New York Post

BIG BANKS BOOM

JPM, G’man soar

- By LYDIA MOYNIHAN

Two Wall Street giants said quarterly earnings surged past analysts’ expectatio­ns as dealmaking stays hot and the economy continues its roaring recovery.

JPMorgan Chase said Tuesday it more than doubled its second-quarter profit as the US economy bounced back from the pandemic and the mega-bank continued to release reserves it had set aside for possible loan defaults.

Meanwhile, Goldman Sachs reported $5.49 billion in profit on $15.39 billion in revenue — far more than the $12.17 billion in revenue bank analysts had expected. Earnings per share were $15.02 compared to an estimated $10.25 per share, according to FactSet.

Goldman’s investment banking group led the bank’s growth — bringing in $3.61 billion in fees as more companies are going public, looking at possible mergers and acquisitio­ns and raising capital. It was the second-best quarter ever for the investment bank — just lagging the first quarter of 2021.

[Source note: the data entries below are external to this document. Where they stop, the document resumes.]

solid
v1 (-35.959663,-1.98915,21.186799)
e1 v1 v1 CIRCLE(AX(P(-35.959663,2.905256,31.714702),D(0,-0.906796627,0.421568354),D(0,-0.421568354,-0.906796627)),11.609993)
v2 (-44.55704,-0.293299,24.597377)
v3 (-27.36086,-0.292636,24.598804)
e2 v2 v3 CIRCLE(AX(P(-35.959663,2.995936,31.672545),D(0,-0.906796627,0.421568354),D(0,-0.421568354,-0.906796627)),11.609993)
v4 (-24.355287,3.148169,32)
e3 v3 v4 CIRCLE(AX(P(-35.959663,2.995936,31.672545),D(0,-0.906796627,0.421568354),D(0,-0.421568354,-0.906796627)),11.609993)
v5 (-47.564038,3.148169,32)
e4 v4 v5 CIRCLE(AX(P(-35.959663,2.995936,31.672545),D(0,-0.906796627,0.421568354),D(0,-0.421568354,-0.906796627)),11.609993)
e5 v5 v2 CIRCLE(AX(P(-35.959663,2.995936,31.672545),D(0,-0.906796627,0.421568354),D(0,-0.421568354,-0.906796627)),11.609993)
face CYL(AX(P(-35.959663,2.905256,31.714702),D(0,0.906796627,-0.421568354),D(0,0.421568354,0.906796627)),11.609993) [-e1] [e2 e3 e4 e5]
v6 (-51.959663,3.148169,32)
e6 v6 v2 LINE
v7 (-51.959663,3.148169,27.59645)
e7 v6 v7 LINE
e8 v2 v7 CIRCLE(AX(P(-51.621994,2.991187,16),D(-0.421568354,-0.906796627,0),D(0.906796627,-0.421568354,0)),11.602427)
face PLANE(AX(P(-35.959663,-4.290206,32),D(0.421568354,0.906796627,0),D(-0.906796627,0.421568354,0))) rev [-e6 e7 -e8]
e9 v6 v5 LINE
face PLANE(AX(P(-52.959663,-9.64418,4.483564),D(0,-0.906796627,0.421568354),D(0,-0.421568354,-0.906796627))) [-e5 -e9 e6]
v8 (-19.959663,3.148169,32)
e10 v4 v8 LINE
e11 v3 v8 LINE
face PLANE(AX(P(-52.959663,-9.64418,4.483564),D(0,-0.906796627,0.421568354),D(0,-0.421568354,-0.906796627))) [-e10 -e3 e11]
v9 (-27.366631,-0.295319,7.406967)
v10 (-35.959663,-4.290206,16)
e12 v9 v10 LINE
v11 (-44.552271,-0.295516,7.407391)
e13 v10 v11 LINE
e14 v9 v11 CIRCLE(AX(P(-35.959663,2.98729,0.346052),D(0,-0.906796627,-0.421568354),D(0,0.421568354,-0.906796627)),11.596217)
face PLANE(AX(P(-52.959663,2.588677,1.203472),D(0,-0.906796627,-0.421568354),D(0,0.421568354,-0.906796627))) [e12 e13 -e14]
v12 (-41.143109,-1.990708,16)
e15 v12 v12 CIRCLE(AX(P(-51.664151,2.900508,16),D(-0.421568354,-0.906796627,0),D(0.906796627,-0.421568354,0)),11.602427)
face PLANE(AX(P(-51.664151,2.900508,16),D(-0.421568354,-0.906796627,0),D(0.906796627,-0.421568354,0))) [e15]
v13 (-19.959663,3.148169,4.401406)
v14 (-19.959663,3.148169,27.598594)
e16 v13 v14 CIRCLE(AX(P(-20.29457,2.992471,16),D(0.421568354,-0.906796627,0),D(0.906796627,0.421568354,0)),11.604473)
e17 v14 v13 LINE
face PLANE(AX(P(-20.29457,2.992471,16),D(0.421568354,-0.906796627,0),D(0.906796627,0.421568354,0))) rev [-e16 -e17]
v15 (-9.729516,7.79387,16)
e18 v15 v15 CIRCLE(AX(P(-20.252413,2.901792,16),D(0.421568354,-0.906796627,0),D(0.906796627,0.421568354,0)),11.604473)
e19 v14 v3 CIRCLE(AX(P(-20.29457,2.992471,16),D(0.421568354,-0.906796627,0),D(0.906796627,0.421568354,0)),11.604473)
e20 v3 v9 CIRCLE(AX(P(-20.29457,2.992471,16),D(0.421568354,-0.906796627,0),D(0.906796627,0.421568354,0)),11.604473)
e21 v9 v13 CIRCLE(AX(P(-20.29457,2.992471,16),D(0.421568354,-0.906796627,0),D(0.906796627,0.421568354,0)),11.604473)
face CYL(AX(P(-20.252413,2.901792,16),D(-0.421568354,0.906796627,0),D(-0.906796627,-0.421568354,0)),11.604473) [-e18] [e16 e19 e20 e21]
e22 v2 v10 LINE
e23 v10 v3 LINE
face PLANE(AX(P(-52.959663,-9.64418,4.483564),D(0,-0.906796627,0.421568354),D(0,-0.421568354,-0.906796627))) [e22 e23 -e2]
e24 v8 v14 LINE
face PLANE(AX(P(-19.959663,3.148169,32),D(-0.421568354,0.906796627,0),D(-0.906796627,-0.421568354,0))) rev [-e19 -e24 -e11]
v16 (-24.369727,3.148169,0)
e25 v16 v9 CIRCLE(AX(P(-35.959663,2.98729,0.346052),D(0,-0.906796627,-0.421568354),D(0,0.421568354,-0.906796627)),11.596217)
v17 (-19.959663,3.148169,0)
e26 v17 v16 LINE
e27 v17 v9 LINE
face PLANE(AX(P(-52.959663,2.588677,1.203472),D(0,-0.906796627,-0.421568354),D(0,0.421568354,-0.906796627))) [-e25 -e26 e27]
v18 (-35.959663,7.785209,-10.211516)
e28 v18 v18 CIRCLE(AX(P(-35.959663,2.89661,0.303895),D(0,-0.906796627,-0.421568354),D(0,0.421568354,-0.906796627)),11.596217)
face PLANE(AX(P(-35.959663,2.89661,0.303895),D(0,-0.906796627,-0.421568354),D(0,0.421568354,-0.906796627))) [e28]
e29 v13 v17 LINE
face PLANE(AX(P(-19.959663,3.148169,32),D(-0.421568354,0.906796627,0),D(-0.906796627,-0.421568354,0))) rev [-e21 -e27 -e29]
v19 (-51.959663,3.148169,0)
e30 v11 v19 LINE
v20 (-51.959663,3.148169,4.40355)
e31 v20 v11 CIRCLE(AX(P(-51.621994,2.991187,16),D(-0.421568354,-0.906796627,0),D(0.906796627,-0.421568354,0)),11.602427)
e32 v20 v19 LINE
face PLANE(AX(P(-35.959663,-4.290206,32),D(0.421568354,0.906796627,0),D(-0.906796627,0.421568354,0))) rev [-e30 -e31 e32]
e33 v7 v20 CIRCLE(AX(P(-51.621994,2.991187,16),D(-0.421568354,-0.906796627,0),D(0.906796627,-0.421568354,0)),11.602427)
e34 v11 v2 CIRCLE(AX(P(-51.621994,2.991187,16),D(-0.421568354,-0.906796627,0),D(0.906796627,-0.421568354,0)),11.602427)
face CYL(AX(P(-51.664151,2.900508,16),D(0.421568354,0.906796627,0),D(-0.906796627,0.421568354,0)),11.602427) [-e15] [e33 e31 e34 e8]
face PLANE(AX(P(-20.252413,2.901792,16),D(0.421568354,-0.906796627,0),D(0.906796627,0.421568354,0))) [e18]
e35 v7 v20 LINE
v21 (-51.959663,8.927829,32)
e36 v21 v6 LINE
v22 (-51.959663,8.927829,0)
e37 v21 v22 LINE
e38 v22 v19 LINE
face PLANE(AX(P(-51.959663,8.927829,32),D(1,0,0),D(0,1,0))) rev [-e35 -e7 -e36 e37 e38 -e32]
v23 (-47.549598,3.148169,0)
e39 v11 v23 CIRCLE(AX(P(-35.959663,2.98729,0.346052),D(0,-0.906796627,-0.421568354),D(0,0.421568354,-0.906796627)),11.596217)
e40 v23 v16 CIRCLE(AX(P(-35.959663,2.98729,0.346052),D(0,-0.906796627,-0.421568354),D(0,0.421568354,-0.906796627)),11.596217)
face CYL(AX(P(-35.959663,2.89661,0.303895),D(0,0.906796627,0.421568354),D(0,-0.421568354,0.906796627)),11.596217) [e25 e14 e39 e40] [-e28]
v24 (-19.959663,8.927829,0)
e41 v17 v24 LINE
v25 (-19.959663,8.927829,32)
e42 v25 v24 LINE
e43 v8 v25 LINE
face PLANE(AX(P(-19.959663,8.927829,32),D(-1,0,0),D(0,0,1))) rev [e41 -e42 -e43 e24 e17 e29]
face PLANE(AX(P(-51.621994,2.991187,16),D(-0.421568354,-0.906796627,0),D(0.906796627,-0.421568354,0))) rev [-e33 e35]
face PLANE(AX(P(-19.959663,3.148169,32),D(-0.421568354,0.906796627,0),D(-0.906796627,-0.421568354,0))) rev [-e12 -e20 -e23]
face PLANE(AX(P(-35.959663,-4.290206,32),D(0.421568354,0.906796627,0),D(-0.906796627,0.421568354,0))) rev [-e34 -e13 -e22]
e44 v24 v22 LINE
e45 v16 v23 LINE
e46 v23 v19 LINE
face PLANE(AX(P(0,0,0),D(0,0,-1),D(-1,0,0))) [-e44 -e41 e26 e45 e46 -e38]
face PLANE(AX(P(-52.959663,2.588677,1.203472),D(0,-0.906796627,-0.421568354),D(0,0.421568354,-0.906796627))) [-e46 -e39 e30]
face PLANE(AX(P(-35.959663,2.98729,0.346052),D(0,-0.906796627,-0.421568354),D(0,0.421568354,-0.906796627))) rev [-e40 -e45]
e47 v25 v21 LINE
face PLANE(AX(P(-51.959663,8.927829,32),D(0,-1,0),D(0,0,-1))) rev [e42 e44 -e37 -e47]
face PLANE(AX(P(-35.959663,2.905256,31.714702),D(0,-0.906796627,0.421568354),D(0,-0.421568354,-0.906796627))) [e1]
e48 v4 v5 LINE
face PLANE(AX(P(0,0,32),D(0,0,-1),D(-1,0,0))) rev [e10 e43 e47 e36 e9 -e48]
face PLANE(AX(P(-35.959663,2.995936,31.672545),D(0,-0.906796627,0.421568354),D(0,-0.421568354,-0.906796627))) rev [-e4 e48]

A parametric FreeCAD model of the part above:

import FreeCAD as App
import Part
import Sketcher
Q = App.Units.Quantity

doc = App.newDocument("Part")
body = doc.addObject("PartDesign::Body", "Body")

# Sketch on XY plane
sketch1 = body.newObject("Sketcher::SketchObject", "Sketch")
sketch1.AttachmentSupport = (doc.getObject("XY_Plane"), [""])
sketch1.MapMode = "FlatFace"
sketch1.addGeometry(Part.LineSegment(App.Vector(-52, 9, 0), App.Vector(-52, 3, 0)), False)
sketch1.addGeometry(Part.LineSegment(App.Vector(-52, 3, 0), App.Vector(-36, -4, 0)), False)
sketch1.addGeometry(Part.LineSegment(App.Vector(-36, -4, 0), App.Vector(-20, 3, 0)), False)
sketch1.addGeometry(Part.LineSegment(App.Vector(-20, 3, 0), App.Vector(-20, 9, 0)), False)
sketch1.addGeometry(Part.LineSegment(App.Vector(-20, 9, 0), App.Vector(-52, 9, 0)), False)
sketch1.addConstraint(Sketcher.Constraint("Coincident", 0, 2, 1, 1))
sketch1.addConstraint(Sketcher.Constraint("Coincident", 1, 2, 2, 1))
sketch1.addConstraint(Sketcher.Constraint("Coincident", 2, 2, 3, 1))
sketch1.addConstraint(Sketcher.Constraint("Coincident", 3, 2, 4, 1))
sketch1.addConstraint(Sketcher.Constraint("Coincident", 4, 2, 0, 1))
sketch1.addConstraint(Sketcher.Constraint("Vertical", 0))
sketch1.addConstraint(Sketcher.Constraint("Vertical", 3))
sketch1.addConstraint(Sketcher.Constraint("Horizontal", 4))
sketch1.addConstraint(Sketcher.Constraint("Horizontal", 0, 2, 2, 2))
sketch1.addConstraint(Sketcher.Constraint("Equal", 1, 2))
sketch1.addConstraint(Sketcher.Constraint("DistanceX", 4, 2, 4, 1, Q("32 mm")))
sketch1.addConstraint(Sketcher.Constraint("DistanceY", 0, 2, 0, 1, Q("5.77966 mm")))
sketch1.addConstraint(Sketcher.Constraint("Distance", 1, Q("17.64453 mm")))
sketch1.addConstraint(Sketcher.Constraint("DistanceY", -1, 1, 0, 2, Q("3.148169 mm")))
sketch1.addConstraint(Sketcher.Constraint("DistanceX", 0, 2, -1, 1, Q("51.959663 mm")))
pad1 = body.newObject("PartDesign::Pad", "Pad")
pad1.Profile = sketch1
pad1.Length = 32

# Sketch on YZ plane
sketch2 = body.newObject("Sketcher::SketchObject", "Sketch001")
sketch2.AttachmentSupport = (doc.getObject("YZ_Plane"), [""])
sketch2.MapMode = "FlatFace"
sketch2.AttachmentOffset = App.Placement(App.Vector(0, 0, -19.959663), App.Rotation())
sketch2.addGeometry(Part.LineSegment(App.Vector(-4, 16, 0), App.Vector(-4, 0, 0)), False)
sketch2.addGeometry(Part.LineSegment(App.Vector(-4, 0, 0), App.Vector(3, 0, 0)), False)
sketch2.addGeometry(Part.LineSegment(App.Vector(3, 0, 0), App.Vector(-4, 16, 0)), False)
sketch2.addGeometry(Part.LineSegment(App.Vector(3, 32, 0), App.Vector(-4, 32, 0)), False)
sketch2.addGeometry(Part.LineSegment(App.Vector(-4, 32, 0), App.Vector(-4, 16, 0)), False)
sketch2.addGeometry(Part.LineSegment(App.Vector(-4, 16, 0), App.Vector(3, 32, 0)), False)
sketch2.addConstraint(Sketcher.Constraint("Coincident", 0, 2, 1, 1))
sketch2.addConstraint(Sketcher.Constraint("Coincident", 1, 2, 2, 1))
sketch2.addConstraint(Sketcher.Constraint("Coincident", 2, 2, 0, 1))
sketch2.addConstraint(Sketcher.Constraint("Coincident", 3, 2, 4, 1))
sketch2.addConstraint(Sketcher.Constraint("Coincident", 4, 2, 5, 1))
sketch2.addConstraint(Sketcher.Constraint("Coincident", 5, 2, 3, 1))
sketch2.addConstraint(Sketcher.Constraint("Vertical", 0))
sketch2.addConstraint(Sketcher.Constraint("Horizontal", 1))
sketch2.addConstraint(Sketcher.Constraint("Horizontal", 3))
sketch2.addConstraint(Sketcher.Constraint("Vertical", 4))
sketch2.addConstraint(Sketcher.Constraint("Coincident", 4, 2, 2, 2))
sketch2.addConstraint(Sketcher.Constraint("PointOnObject", 0, 2, -1))
sketch2.addConstraint(Sketcher.Constraint("Vertical", 1, 2, 5, 2))
sketch2.addConstraint(Sketcher.Constraint("Equal", 0, 4))
sketch2.addConstraint(Sketcher.Constraint("DistanceY", 0, 2, 0, 1, Q("16 mm")))
sketch2.addConstraint(Sketcher.Constraint("Distance", 2, Q("17.64453 mm")))
sketch2.addConstraint(Sketcher.Constraint("DistanceX", -1, 1, 1, 2, Q("3.148169 mm")))
pocket1 = body.newObject("PartDesign::Pocket", "Pocket")
pocket1.Profile = sketch2
pocket1.Length = 33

Meanwhile, at JPMorgan, the nation’s biggest bank, profits were $11.95 billion or $3.68 a share — beating analysts’ expectatio­ns of $3.20 a share and more than doubling profits from a year earlier, when the bank reported $4.69 billion or $1.38 a share.

The profit jump stems partly from the fact JPMorgan is benefiting from the billions it set aside last year to prepare for potential loan defaults by businesses struggling during the pandemic. The bank posted a one-time gain of $2.3 billion from a release of $3 billion in loans.

“This quarter we once again benefited from a significan­t reserve release as the environmen­t continues to improve,” JPMorgan CEO and Chairman Jamie Dimon (inset) said in a statement. But even as profit surged, JPMorgan’s revenue cratered 8 percent — dropping from $33.08 billion last year to $30.48 billion this quarter. The pandemic-related market volatility of 2020 — which boosted JPMorgan’s trading business — has slowed while lending margins have shrunk.

Goldman’s numbers look far better compared to the second quarter of 2020, when the bank was plagued with fallout from the 1MDB Malaysian bribery scandal and was forced to shell out $2 billion to the Malaysian government. Investment banking revenue is up 36 percent compared to the same quarter last year when the 1MDB fine trounced the bank’s bottom line.

Goldman stock has surged more than 40 percent since the beginning of the year and shareholde­rs also are likely celebratin­g the announceme­nt last month Goldman will increase the dividend to $2 a share from $1.25 a share.